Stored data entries
BEGIN

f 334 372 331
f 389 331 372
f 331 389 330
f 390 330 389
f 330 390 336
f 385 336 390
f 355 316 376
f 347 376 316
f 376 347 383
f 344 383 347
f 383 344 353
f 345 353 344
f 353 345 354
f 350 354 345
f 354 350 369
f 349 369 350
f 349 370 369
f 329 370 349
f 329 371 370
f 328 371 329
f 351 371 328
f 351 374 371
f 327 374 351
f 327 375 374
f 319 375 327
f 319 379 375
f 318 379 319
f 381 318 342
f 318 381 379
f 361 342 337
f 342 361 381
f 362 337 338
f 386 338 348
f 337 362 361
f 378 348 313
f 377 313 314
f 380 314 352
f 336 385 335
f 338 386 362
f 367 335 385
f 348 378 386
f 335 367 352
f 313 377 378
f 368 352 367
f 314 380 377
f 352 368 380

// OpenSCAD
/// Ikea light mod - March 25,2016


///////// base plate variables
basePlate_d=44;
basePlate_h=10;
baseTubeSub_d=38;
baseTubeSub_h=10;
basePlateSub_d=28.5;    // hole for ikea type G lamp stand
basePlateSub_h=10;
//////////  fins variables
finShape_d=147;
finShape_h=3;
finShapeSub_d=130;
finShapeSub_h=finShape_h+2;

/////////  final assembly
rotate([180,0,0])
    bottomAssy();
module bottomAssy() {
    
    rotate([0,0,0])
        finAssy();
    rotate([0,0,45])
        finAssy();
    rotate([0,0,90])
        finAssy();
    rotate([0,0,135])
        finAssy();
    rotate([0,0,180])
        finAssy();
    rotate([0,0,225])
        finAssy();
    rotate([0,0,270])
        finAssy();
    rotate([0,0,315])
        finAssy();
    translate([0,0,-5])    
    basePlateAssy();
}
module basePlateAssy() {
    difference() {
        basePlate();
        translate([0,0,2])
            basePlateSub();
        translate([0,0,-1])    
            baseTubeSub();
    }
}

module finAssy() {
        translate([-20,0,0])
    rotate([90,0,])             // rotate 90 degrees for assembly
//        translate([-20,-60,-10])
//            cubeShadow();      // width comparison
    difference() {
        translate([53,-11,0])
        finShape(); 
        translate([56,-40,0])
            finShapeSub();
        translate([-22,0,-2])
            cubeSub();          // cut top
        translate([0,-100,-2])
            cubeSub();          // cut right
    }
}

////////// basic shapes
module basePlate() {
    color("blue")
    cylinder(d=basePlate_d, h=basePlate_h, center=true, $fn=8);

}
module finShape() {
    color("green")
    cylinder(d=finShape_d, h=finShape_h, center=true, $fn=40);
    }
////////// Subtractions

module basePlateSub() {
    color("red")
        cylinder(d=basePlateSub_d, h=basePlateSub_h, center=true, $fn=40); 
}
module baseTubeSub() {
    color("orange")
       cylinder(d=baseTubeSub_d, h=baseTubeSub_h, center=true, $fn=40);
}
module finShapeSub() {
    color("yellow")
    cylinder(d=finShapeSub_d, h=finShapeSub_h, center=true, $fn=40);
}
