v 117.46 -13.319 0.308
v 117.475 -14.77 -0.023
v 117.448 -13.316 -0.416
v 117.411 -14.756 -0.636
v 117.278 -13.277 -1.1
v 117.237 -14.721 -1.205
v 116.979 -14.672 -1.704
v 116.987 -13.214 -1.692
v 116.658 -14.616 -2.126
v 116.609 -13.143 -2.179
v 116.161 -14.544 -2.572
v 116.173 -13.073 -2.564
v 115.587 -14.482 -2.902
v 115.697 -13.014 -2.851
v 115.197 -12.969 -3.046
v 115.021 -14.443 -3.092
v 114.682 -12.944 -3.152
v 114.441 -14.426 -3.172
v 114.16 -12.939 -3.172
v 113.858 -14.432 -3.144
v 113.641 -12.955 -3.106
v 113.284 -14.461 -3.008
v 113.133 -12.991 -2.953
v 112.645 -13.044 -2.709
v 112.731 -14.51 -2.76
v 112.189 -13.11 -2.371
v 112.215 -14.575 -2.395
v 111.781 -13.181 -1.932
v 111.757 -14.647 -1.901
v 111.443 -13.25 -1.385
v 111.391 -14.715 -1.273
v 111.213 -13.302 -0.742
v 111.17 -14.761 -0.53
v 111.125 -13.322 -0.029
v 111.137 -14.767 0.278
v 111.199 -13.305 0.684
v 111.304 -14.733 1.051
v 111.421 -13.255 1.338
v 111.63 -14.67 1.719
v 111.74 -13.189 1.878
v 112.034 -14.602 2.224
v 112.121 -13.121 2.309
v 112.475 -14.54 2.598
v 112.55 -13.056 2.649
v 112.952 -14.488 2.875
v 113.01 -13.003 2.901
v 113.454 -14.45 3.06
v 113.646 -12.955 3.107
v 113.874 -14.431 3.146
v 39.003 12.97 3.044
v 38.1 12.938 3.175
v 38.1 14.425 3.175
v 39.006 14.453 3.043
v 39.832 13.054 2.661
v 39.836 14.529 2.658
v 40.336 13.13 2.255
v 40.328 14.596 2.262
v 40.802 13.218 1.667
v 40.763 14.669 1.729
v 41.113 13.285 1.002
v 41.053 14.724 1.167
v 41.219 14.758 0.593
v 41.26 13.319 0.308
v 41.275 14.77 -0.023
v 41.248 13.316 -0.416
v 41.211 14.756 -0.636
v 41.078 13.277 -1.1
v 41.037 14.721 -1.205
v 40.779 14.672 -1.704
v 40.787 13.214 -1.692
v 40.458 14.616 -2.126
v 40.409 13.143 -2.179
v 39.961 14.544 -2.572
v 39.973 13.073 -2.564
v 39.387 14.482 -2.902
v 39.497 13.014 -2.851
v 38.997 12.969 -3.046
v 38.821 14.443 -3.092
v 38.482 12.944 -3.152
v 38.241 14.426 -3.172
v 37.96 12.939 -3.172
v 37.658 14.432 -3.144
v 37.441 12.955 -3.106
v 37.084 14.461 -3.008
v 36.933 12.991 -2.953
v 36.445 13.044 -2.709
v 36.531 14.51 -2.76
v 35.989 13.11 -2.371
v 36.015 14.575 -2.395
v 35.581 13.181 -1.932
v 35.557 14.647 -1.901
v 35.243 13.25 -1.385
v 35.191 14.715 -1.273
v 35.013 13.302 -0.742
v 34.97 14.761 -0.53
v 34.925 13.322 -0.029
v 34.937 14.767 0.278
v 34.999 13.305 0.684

END

> **WHAT IS REQUIRED**
Retype every entry, keeping each character as it was.

> **SOLUTION TO THIS TASK**
f 334 372 331
f 389 331 372
f 331 389 330
f 390 330 389
f 330 390 336
f 385 336 390
f 355 316 376
f 347 376 316
f 376 347 383
f 344 383 347
f 383 344 353
f 345 353 344
f 353 345 354
f 350 354 345
f 354 350 369
f 349 369 350
f 349 370 369
f 329 370 349
f 329 371 370
f 328 371 329
f 351 371 328
f 351 374 371
f 327 374 351
f 327 375 374
f 319 375 327
f 319 379 375
f 318 379 319
f 381 318 342
f 318 381 379
f 361 342 337
f 342 361 381
f 362 337 338
f 386 338 348
f 337 362 361
f 378 348 313
f 377 313 314
f 380 314 352
f 336 385 335
f 338 386 362
f 367 335 385
f 348 378 386
f 335 367 352
f 313 377 378
f 368 352 367
f 314 380 377
f 352 368 380

// OpenSCAD
/// Ikea light mod - March 25,2016


///////// base plate variables
basePlate_d=44;
basePlate_h=10;
baseTubeSub_d=38;
baseTubeSub_h=10;
basePlateSub_d=28.5;    // hole for ikea type G lamp stand
basePlateSub_h=10;
//////////  fins variables
finShape_d=147;
finShape_h=3;
finShapeSub_d=130;
finShapeSub_h=finShape_h+2;

/////////  final assembly
rotate([180,0,0])
    bottomAssy();
module bottomAssy() {
    
    rotate([0,0,0])
        finAssy();
    rotate([0,0,45])
        finAssy();
    rotate([0,0,90])
        finAssy();
    rotate([0,0,135])
        finAssy();
    rotate([0,0,180])
        finAssy();
    rotate([0,0,225])
        finAssy();
    rotate([0,0,270])
        finAssy();
    rotate([0,0,315])
        finAssy();
    translate([0,0,-5])    
    basePlateAssy();
}
module basePlateAssy() {
    difference() {
        basePlate();
        translate([0,0,2])
            basePlateSub();
        translate([0,0,-1])    
            baseTubeSub();
    }
}

module finAssy() {
        translate([-20,0,0])
    rotate([90,0,])             // rotate 90 degrees for assembly
//        translate([-20,-60,-10])
//            cubeShadow();      // width comparison
    difference() {
        translate([53,-11,0])
        finShape(); 
        translate([56,-40,0])
            finShapeSub();
        translate([-22,0,-2])
            cubeSub();          // cut top
        translate([0,-100,-2])
            cubeSub();          // cut right
    }
}

////////// basic shapes
module basePlate() {
    color("blue")
    cylinder(d=basePlate_d, h=basePlate_h, center=true, $fn=8);

}
module finShape() {
    color("green")
    cylinder(d=finShape_d, h=finShape_h, center=true, $fn=40);
    }
////////// Subtractions

module basePlateSub() {
    color("red")
        cylinder(d=basePlateSub_d, h=basePlateSub_h, center=true, $fn=40); 
}
module baseTubeSub() {
    color("orange")
       cylinder(d=baseTubeSub_d, h=baseTubeSub_h, center=true, $fn=40);
}
module finShapeSub() {
    color("yellow")
    cylinder(d=finShapeSub_d, h=finShapeSub_h, center=true, $fn=40);
}
v 117.46 -13.319 0.308
v 117.475 -14.77 -0.023
v 117.448 -13.316 -0.416
v 117.411 -14.756 -0.636
v 117.278 -13.277 -1.1
v 117.237 -14.721 -1.205
v 116.979 -14.672 -1.704
v 116.987 -13.214 -1.692
v 116.658 -14.616 -2.126
v 116.609 -13.143 -2.179
v 116.161 -14.544 -2.572
v 116.173 -13.073 -2.564
v 115.587 -14.482 -2.902
v 115.697 -13.014 -2.851
v 115.197 -12.969 -3.046
v 115.021 -14.443 -3.092
v 114.682 -12.944 -3.152
v 114.441 -14.426 -3.172
v 114.16 -12.939 -3.172
v 113.858 -14.432 -3.144
v 113.641 -12.955 -3.106
v 113.284 -14.461 -3.008
v 113.133 -12.991 -2.953
v 112.645 -13.044 -2.709
v 112.731 -14.51 -2.76
v 112.189 -13.11 -2.371
v 112.215 -14.575 -2.395
v 111.781 -13.181 -1.932
v 111.757 -14.647 -1.901
v 111.443 -13.25 -1.385
v 111.391 -14.715 -1.273
v 111.213 -13.302 -0.742
v 111.17 -14.761 -0.53
v 111.125 -13.322 -0.029
v 111.137 -14.767 0.278
v 111.199 -13.305 0.684
v 111.304 -14.733 1.051
v 111.421 -13.255 1.338
v 111.63 -14.67 1.719
v 111.74 -13.189 1.878
v 112.034 -14.602 2.224
v 112.121 -13.121 2.309
v 112.475 -14.54 2.598
v 112.55 -13.056 2.649
v 112.952 -14.488 2.875
v 113.01 -13.003 2.901
v 113.454 -14.45 3.06
v 113.646 -12.955 3.107
v 113.874 -14.431 3.146
v 39.003 12.97 3.044
v 38.1 12.938 3.175
v 38.1 14.425 3.175
v 39.006 14.453 3.043
v 39.832 13.054 2.661
v 39.836 14.529 2.658
v 40.336 13.13 2.255
v 40.328 14.596 2.262
v 40.802 13.218 1.667
v 40.763 14.669 1.729
v 41.113 13.285 1.002
v 41.053 14.724 1.167
v 41.219 14.758 0.593
v 41.26 13.319 0.308
v 41.275 14.77 -0.023
v 41.248 13.316 -0.416
v 41.211 14.756 -0.636
v 41.078 13.277 -1.1
v 41.037 14.721 -1.205
v 40.779 14.672 -1.704
v 40.787 13.214 -1.692
v 40.458 14.616 -2.126
v 40.409 13.143 -2.179
v 39.961 14.544 -2.572
v 39.973 13.073 -2.564
v 39.387 14.482 -2.902
v 39.497 13.014 -2.851
v 38.997 12.969 -3.046
v 38.821 14.443 -3.092
v 38.482 12.944 -3.152
v 38.241 14.426 -3.172
v 37.96 12.939 -3.172
v 37.658 14.432 -3.144
v 37.441 12.955 -3.106
v 37.084 14.461 -3.008
v 36.933 12.991 -2.953
v 36.445 13.044 -2.709
v 36.531 14.51 -2.76
v 35.989 13.11 -2.371
v 36.015 14.575 -2.395
v 35.581 13.181 -1.932
v 35.557 14.647 -1.901
v 35.243 13.25 -1.385
v 35.191 14.715 -1.273
v 35.013 13.302 -0.742
v 34.97 14.761 -0.53
v 34.925 13.322 -0.029
v 34.937 14.767 0.278
v 34.999 13.305 0.684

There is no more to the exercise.